For the entries below, report the number of lines where the string "loch" appears, and only that number.
╔══
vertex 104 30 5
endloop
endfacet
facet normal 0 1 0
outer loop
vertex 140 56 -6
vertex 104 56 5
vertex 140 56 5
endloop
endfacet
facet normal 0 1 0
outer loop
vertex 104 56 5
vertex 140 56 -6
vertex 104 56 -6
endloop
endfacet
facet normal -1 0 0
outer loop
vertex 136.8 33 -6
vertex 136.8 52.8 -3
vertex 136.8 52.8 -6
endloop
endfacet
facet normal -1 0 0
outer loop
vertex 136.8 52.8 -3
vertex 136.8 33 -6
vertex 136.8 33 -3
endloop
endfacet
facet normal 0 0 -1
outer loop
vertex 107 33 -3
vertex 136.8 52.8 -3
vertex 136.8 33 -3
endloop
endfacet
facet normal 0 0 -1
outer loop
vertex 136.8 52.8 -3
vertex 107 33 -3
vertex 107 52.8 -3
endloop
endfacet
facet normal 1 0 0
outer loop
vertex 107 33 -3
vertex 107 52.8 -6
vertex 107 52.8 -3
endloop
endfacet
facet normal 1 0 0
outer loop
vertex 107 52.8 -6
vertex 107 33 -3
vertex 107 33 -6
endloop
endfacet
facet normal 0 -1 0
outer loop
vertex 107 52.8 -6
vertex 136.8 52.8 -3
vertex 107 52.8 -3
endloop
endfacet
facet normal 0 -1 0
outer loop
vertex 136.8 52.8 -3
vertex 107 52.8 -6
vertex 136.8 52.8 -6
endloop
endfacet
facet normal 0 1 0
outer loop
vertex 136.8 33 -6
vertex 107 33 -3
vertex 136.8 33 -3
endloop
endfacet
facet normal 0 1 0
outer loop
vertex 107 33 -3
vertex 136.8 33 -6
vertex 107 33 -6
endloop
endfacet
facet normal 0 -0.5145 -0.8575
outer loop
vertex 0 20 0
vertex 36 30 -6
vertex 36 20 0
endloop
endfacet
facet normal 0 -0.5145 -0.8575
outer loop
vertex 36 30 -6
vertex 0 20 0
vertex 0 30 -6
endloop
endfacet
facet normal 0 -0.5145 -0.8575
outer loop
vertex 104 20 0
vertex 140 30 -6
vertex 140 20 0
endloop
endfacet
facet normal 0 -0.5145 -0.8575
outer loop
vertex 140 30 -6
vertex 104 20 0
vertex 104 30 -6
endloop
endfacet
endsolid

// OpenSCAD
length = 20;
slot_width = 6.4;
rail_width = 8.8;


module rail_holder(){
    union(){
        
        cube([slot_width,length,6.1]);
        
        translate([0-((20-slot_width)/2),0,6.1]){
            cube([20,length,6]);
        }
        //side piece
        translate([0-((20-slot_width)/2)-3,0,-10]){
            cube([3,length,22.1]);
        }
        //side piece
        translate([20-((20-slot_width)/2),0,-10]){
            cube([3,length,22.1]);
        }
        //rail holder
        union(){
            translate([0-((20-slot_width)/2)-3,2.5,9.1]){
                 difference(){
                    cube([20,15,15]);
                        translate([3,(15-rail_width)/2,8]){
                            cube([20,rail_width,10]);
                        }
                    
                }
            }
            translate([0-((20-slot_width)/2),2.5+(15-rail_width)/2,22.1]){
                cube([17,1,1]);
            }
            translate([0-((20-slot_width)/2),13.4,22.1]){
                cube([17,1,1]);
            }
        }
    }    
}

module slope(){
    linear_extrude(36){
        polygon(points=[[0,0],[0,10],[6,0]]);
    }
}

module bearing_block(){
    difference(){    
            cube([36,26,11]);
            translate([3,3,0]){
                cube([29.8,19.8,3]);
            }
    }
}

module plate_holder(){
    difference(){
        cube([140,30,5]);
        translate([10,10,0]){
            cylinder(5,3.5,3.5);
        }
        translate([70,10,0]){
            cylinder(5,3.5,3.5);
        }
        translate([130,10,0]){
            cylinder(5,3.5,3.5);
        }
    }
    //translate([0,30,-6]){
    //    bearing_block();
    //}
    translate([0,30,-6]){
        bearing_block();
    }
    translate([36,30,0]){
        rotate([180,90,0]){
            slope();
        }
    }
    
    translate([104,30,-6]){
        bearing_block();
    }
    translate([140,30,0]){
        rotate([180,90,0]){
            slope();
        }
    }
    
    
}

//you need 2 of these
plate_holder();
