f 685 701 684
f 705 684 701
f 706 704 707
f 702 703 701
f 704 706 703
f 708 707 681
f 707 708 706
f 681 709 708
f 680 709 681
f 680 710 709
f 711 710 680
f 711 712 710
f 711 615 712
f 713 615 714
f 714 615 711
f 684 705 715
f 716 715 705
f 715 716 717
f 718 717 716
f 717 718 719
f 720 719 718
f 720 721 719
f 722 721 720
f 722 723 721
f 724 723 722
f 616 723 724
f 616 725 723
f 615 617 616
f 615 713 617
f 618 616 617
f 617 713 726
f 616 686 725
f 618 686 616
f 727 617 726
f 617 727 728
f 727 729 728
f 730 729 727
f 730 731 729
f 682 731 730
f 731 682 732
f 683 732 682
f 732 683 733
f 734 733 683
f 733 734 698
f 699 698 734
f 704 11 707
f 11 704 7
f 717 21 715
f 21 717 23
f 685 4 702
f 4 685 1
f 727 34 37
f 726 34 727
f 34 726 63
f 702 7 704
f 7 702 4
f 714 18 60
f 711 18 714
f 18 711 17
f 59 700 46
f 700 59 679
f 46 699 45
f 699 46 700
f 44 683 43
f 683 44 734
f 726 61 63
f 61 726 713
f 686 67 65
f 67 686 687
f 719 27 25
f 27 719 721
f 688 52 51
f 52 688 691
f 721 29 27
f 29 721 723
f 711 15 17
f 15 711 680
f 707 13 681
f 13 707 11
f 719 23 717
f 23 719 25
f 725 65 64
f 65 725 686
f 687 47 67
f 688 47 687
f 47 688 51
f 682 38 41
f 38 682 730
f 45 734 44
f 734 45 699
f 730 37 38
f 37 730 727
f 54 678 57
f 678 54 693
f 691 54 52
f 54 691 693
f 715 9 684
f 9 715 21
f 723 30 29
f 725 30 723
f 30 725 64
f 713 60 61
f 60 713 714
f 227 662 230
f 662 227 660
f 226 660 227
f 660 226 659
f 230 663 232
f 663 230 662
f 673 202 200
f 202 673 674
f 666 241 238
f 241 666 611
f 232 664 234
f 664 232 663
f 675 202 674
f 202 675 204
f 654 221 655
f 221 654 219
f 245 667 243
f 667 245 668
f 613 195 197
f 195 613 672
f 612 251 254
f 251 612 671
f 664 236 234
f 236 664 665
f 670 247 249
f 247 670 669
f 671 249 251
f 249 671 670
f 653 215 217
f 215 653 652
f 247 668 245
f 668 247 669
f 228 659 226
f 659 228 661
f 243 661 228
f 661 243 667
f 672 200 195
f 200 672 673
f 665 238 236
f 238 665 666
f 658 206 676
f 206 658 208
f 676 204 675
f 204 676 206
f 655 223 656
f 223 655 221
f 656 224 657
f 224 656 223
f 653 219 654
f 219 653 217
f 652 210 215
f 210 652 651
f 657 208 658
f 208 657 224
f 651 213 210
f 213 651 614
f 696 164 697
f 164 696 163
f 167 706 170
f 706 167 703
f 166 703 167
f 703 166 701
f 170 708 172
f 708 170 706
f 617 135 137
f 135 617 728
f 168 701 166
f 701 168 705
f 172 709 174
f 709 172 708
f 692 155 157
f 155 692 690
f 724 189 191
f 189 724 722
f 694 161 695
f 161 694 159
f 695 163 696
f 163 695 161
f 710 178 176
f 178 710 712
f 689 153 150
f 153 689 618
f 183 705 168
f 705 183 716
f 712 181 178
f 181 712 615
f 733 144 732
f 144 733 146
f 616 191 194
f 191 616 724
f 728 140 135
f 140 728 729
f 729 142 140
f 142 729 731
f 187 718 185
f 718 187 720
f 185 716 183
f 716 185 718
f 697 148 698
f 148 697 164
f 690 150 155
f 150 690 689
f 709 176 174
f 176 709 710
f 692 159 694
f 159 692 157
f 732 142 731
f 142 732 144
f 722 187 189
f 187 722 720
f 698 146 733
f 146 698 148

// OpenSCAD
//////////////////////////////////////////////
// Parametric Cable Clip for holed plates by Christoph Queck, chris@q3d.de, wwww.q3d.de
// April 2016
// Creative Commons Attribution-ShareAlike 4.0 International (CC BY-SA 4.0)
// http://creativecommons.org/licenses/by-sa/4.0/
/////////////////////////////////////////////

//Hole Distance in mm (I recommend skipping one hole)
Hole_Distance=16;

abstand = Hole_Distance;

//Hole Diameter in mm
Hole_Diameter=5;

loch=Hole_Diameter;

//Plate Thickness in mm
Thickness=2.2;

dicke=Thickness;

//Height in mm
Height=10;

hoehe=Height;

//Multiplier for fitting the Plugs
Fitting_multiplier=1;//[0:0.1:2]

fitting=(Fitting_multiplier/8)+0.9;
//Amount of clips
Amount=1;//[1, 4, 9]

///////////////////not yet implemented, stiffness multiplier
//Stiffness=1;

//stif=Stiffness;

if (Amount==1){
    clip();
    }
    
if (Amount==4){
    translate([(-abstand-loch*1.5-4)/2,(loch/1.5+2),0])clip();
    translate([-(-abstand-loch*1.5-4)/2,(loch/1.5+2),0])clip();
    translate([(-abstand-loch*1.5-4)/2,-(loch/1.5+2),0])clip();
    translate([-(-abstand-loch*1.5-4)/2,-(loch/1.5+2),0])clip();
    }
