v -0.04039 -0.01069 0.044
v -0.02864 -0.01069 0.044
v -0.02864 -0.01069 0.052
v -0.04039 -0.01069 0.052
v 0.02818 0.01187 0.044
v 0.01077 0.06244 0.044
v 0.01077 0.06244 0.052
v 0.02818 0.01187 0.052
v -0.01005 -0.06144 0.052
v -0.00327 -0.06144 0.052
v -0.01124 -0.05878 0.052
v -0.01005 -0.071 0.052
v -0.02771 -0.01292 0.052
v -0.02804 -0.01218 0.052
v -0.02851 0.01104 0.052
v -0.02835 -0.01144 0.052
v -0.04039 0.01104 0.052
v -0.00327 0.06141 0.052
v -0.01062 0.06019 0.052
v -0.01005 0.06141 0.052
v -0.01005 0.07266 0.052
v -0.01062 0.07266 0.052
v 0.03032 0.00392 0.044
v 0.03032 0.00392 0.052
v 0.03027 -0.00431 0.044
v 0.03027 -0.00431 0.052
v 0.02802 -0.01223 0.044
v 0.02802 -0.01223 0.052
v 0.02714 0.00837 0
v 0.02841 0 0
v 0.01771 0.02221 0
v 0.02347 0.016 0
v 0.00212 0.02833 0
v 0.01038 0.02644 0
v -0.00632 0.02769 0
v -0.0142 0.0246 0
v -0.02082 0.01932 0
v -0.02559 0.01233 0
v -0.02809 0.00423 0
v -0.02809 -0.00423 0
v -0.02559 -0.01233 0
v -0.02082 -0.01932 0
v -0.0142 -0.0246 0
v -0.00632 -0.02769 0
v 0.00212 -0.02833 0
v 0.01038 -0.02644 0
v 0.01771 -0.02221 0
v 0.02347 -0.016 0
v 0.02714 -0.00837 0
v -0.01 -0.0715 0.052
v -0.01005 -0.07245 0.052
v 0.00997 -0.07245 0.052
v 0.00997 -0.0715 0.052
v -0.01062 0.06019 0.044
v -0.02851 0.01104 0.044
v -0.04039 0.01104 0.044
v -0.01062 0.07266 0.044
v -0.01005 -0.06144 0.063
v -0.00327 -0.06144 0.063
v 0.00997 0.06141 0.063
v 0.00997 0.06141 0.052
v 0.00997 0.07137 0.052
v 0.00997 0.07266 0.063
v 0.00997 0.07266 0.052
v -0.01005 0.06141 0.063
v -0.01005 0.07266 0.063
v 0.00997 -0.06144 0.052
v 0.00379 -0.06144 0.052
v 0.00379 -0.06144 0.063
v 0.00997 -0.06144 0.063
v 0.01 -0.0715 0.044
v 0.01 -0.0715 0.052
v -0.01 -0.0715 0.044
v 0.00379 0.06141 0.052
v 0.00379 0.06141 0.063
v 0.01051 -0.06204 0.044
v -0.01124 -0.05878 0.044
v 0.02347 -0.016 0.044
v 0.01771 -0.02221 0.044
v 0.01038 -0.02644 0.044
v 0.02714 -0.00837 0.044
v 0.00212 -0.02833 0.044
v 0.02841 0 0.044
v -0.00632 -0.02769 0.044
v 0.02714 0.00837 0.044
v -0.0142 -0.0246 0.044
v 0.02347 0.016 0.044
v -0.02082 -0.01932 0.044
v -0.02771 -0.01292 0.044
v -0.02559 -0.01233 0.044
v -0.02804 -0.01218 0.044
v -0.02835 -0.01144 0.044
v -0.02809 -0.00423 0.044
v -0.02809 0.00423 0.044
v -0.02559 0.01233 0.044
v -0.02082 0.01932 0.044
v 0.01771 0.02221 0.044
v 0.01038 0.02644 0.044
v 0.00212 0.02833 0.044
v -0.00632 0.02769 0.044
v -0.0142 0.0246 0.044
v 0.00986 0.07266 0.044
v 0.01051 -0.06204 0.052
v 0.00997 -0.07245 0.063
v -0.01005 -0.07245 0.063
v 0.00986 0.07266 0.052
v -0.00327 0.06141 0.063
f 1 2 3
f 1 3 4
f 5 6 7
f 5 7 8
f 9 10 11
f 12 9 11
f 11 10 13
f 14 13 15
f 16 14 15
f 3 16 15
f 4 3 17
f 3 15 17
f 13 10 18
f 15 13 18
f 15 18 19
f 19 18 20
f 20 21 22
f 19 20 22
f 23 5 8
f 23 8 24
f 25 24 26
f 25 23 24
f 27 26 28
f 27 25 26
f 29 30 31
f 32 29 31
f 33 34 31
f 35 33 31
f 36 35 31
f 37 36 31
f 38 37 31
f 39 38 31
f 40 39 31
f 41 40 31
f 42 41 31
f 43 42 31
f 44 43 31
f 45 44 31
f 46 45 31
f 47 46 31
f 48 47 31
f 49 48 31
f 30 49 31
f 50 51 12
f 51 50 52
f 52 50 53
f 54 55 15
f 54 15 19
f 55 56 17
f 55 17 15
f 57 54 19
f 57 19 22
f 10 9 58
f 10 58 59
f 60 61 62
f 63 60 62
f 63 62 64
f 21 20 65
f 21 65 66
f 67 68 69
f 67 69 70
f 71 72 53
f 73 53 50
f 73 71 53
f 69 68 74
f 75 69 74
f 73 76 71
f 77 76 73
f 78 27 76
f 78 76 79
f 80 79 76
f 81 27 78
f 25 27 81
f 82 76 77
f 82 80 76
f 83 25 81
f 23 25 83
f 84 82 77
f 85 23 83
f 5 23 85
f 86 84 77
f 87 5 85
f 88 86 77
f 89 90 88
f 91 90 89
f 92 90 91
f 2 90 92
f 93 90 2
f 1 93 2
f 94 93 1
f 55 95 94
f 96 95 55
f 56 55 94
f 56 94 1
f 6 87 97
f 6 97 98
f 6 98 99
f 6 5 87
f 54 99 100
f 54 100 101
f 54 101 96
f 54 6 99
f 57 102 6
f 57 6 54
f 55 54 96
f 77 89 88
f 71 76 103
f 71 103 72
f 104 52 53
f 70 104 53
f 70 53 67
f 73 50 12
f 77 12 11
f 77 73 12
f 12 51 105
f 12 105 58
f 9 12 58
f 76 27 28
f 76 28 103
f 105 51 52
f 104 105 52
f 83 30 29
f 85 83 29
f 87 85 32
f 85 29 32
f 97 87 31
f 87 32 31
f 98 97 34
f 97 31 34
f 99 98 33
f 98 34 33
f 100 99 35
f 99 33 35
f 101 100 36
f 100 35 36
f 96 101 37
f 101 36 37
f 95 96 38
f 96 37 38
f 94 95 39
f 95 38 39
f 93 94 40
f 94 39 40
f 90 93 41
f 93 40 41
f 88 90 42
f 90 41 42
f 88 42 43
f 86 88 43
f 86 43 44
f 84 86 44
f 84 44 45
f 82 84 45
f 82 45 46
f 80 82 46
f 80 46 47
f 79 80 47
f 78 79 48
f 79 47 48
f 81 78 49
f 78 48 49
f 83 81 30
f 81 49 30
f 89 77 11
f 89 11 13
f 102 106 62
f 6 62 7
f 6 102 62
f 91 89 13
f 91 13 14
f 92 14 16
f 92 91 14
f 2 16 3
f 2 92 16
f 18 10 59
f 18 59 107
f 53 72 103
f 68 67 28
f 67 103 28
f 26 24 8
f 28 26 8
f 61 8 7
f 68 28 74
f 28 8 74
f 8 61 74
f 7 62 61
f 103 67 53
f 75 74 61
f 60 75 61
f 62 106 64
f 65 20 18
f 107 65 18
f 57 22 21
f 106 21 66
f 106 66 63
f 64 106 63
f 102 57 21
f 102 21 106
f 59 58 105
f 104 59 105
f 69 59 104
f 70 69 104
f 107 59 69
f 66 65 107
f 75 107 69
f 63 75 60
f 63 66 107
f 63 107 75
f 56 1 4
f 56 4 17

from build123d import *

# Parameters (mm, degrees)
SKETCH1_R           = 0.028406682
BOSS_EXTRUDE1_DEPTH = 0.044
BOSS_EXTRUDE2_DEPTH = 0.008
SKETCH3_W           = 0.02001877
SKETCH3_H           = 0.011245582
SKETCH3_H_2         = 0.011009053
BOSS_EXTRUDE3_DEPTH = 0.011
SKETCH4_W           = 0.007059528
SKETCH4_H           = 0.122854085
BOSS_EXTRUDE4_DEPTH = 0.011


with BuildPart() as part:
    # Sketch1 → Boss-Extrude1 (new body)
    with BuildSketch(Plane.XY):
        Circle(SKETCH1_R)
    extrude(amount=BOSS_EXTRUDE1_DEPTH)

    # Sketch2 → Boss-Extrude2 (add)
    with BuildSketch(Plane.XY.offset(0.044)):
        with BuildLine():
            Line((-0.028511858, 0.011040645), (-0.010617218, 0.060186572))
            Line((-0.010617218, 0.060186572), (-0.010617218, 0.072656083))
            Line((-0.010617218, 0.072656083), (0.009855522, 0.072656083))
            Line((0.009855522, 0.072656083), (0.01076512, 0.062438855))
            Line((0.01076512, 0.062438855), (0.028177961, 0.011866947))
            ThreePointArc((0.028177961, 0.011866947), (0.030574228, -0.000196141), (0.028023389, -0.012227493))
            Line((0.028023389, -0.012227493), (0.010514305, -0.06203853))
            Line((0.010514305, -0.06203853), (0.01, -0.071500003))
            Line((0.01, -0.071500003), (-0.01, -0.071500003))
            Line((-0.01, -0.071500003), (-0.011238314, -0.058784869))
            Line((-0.011238314, -0.058784869), (-0.027712476, -0.01291668))
            ThreePointArc((-0.027712476, -0.01291668), (-0.028200603, -0.01181304), (-0.028644799, -0.010690998))
            Line((-0.028644799, -0.010690998), (-0.040386658, -0.010690998))
            Line((-0.040386658, -0.010690998), (-0.040386658, 0.011040645))
            Line((-0.040386658, 0.011040645), (-0.028511858, 0.011040645))
        make_face()
    extrude(amount=BOSS_EXTRUDE2_DEPTH)

    # Sketch3 → Boss-Extrude3 (add)
    with BuildSketch(Plane.XY.offset(0.052)):
        with Locations((-3.9476e-05, 0.067033292)):
            Rectangle(SKETCH3_W, SKETCH3_H)
        with Locations((-3.9476e-05, -0.066948111)):
            Rectangle(SKETCH3_W, SKETCH3_H_2)
    extrude(amount=BOSS_EXTRUDE3_DEPTH)

    # Sketch4 → Boss-Extrude4 (add)
    with BuildSketch(Plane.XY.offset(0.052)):
        with Locations((0.000258562, -1.6541e-05)):
            Rectangle(SKETCH4_W, SKETCH4_H)
    extrude(amount=BOSS_EXTRUDE4_DEPTH)


solid = part.part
╚══
OUTPUT FOR THIS TASK: 5